The lines wanted are those in the data below that include "module".

═════ GIVEN DATA

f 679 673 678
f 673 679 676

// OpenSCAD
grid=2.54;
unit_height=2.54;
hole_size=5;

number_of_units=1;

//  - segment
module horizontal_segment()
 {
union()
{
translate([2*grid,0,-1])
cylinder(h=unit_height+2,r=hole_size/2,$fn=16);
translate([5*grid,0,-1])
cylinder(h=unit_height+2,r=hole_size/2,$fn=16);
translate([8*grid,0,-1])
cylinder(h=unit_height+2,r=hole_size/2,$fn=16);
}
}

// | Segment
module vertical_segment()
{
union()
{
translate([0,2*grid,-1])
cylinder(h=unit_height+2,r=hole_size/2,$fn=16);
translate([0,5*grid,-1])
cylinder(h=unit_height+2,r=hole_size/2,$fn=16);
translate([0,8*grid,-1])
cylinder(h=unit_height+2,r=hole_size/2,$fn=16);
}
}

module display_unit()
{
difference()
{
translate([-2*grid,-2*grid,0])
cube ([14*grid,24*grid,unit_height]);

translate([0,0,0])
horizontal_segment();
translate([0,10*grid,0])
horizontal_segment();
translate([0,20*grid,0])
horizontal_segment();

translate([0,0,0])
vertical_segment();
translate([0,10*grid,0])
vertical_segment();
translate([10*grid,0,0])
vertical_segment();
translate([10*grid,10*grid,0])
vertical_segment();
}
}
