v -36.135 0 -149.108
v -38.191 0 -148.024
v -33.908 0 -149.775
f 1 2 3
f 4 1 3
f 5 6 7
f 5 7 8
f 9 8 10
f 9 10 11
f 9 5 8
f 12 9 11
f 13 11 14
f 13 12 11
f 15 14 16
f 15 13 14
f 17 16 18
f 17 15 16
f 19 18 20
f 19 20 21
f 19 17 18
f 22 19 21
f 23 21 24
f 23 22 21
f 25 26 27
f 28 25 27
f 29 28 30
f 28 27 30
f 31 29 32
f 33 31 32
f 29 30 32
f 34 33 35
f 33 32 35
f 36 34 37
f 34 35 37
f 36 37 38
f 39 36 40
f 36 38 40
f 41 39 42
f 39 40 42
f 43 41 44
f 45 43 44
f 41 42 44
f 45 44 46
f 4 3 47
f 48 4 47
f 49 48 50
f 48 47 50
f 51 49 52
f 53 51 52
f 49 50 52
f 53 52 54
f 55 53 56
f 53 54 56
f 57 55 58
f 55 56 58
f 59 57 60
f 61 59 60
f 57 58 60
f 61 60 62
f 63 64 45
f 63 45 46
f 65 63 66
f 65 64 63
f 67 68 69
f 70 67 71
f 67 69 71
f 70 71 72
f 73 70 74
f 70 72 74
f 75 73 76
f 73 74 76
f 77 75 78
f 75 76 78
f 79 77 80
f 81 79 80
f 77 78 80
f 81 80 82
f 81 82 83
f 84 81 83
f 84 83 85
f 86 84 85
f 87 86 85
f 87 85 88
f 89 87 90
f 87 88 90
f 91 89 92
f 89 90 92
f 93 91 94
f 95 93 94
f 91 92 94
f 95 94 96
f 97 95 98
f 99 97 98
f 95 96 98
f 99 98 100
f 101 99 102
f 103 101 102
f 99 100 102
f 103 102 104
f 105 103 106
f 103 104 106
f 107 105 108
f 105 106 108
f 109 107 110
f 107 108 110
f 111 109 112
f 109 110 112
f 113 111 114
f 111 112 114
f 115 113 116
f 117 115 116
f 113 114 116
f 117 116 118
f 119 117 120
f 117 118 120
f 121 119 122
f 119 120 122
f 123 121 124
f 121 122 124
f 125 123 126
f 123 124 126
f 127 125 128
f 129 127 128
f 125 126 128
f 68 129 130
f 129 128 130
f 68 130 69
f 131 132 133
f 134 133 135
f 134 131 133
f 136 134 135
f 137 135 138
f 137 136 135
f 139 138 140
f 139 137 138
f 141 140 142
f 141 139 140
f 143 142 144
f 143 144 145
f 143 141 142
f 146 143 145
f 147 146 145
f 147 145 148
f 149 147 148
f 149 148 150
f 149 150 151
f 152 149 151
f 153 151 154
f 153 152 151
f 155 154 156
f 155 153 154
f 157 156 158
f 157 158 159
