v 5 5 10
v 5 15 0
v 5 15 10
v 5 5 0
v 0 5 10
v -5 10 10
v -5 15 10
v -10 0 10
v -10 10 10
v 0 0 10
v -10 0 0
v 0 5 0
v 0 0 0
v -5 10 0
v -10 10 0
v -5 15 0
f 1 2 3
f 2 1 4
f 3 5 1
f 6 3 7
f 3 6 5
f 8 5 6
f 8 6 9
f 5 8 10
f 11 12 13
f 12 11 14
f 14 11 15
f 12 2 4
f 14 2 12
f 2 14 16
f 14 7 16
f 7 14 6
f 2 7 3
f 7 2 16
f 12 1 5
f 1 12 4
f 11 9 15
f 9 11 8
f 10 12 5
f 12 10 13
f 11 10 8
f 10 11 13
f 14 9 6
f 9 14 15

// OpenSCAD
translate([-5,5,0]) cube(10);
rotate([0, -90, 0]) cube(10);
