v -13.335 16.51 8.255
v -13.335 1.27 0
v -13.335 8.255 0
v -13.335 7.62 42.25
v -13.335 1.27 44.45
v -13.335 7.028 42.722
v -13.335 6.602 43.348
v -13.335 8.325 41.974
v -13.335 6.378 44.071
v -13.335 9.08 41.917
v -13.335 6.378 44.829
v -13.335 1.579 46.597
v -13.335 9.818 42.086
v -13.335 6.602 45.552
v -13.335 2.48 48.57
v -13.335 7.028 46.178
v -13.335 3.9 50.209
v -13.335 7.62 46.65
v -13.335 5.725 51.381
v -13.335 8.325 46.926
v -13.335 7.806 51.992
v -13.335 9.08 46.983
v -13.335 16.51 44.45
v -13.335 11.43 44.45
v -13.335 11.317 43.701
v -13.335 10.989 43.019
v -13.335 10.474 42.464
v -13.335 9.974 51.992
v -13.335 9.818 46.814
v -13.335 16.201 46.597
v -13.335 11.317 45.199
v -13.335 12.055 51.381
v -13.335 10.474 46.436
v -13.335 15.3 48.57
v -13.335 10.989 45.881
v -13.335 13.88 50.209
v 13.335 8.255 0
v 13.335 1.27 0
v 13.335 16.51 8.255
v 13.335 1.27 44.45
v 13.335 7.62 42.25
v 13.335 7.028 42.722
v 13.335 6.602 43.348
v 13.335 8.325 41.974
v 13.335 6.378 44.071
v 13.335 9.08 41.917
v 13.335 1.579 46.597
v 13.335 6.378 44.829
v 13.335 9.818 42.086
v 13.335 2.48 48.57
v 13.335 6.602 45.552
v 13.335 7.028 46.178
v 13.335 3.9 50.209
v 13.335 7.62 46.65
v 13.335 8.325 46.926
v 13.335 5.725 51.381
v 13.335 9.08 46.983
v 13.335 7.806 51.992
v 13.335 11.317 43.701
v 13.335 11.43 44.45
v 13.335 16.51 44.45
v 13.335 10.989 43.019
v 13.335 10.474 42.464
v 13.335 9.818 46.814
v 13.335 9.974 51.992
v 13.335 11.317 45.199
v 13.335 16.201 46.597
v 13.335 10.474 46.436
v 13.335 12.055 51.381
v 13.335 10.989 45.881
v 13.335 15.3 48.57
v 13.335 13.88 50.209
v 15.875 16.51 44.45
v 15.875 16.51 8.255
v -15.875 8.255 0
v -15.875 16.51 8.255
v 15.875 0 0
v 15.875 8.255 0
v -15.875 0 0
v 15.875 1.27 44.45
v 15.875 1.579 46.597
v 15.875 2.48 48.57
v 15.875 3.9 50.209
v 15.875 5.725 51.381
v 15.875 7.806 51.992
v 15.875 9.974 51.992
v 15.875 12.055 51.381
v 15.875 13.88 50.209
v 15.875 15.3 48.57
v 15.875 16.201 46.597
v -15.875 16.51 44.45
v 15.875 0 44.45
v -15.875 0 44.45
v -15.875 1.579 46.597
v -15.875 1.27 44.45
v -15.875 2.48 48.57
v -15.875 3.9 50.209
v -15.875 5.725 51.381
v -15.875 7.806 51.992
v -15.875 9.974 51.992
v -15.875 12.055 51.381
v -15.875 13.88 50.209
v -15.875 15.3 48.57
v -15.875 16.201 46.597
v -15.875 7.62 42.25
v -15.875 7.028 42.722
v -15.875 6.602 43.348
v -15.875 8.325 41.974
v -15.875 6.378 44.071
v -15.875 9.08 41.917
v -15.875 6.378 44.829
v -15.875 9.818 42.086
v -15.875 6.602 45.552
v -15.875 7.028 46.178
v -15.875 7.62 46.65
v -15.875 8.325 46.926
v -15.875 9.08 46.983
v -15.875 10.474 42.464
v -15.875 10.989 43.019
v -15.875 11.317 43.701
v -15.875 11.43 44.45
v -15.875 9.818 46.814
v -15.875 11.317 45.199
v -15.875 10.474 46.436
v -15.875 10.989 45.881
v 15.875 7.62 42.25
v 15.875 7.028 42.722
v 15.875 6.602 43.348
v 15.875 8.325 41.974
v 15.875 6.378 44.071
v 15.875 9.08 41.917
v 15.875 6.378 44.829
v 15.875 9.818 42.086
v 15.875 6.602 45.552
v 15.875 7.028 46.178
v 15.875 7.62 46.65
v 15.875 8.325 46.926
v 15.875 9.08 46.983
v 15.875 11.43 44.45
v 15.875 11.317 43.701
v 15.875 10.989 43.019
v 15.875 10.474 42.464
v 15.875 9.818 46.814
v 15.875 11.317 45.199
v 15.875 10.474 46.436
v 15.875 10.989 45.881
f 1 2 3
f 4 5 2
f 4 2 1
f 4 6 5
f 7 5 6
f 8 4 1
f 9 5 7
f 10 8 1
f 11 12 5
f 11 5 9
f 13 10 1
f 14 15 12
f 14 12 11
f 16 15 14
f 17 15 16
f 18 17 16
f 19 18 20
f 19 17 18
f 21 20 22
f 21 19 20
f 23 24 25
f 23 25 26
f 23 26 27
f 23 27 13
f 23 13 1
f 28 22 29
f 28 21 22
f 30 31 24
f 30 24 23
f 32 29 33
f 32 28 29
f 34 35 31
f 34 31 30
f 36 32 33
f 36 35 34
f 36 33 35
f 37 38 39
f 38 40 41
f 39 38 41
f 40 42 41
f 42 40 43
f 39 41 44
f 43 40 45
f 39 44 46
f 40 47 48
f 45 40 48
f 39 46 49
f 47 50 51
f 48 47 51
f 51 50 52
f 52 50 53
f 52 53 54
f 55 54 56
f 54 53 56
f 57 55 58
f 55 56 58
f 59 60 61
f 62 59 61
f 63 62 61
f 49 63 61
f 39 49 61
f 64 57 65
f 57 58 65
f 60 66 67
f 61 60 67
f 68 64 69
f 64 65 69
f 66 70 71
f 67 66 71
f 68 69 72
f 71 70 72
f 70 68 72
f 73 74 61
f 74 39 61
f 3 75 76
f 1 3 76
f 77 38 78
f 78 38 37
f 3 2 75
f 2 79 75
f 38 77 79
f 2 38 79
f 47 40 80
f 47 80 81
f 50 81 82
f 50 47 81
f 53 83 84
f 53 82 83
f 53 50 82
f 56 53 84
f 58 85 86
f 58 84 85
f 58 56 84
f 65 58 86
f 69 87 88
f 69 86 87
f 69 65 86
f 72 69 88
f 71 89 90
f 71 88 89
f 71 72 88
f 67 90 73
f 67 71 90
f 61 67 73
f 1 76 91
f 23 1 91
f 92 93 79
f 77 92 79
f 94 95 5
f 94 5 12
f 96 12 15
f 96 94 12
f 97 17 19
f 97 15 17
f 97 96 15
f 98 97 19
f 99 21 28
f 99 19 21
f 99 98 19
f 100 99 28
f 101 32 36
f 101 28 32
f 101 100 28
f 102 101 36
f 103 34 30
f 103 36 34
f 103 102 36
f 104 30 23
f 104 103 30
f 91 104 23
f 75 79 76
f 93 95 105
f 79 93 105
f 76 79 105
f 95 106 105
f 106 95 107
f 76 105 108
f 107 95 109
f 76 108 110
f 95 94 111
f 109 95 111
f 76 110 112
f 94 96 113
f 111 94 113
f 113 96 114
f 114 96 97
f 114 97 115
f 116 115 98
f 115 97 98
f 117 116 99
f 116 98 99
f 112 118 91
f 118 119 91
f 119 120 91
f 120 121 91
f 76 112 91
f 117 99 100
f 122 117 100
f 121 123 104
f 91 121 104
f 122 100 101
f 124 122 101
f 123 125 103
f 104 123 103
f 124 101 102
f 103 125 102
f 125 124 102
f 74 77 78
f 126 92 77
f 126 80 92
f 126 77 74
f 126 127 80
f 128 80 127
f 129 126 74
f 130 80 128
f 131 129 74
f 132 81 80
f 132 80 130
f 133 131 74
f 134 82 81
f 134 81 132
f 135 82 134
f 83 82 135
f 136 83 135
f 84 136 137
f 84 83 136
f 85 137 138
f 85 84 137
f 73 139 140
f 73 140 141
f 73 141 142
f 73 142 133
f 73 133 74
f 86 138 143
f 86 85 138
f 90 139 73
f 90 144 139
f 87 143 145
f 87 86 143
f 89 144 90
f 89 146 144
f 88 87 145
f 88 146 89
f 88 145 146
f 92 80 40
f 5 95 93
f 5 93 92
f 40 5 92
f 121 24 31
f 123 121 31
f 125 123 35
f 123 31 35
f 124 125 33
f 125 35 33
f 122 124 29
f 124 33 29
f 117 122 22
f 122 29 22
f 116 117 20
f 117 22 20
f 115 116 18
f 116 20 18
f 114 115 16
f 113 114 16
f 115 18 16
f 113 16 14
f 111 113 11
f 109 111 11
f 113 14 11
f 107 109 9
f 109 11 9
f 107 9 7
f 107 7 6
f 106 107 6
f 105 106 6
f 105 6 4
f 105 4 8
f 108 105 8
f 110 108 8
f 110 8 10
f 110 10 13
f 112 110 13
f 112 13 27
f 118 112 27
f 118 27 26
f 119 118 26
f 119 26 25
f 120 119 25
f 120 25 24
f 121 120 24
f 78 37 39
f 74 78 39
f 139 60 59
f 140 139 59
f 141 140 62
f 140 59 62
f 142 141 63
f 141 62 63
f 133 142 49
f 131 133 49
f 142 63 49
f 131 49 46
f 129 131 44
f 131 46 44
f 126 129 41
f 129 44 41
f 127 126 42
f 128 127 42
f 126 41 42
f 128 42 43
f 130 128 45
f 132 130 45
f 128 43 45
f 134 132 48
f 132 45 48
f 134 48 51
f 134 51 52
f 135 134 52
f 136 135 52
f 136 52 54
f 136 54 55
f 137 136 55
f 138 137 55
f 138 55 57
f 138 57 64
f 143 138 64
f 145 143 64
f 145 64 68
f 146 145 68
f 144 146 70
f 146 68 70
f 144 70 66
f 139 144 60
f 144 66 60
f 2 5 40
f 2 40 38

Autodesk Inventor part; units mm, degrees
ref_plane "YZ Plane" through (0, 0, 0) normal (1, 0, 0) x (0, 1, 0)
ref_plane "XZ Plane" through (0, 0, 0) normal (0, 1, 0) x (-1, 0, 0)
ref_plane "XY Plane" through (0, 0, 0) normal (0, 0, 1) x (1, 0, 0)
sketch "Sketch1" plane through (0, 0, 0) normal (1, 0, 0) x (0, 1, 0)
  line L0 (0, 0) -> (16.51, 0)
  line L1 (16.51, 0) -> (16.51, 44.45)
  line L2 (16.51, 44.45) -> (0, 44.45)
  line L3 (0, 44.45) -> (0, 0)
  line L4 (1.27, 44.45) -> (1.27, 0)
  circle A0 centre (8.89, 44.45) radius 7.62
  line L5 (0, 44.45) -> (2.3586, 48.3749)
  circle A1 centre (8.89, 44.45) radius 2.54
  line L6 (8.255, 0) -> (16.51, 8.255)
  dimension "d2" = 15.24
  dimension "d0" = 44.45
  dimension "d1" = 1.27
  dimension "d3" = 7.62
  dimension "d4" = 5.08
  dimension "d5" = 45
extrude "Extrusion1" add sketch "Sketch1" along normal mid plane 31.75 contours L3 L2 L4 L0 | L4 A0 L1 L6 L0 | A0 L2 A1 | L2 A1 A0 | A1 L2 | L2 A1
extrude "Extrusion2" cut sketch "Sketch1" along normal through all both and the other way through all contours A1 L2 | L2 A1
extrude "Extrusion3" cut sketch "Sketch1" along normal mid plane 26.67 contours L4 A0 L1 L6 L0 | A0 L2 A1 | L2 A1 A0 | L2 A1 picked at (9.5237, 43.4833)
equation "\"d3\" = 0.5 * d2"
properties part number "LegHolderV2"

══════════

REPLY TO THE EXERCISE:
module horizontal_segment()
module vertical_segment()
module display_unit()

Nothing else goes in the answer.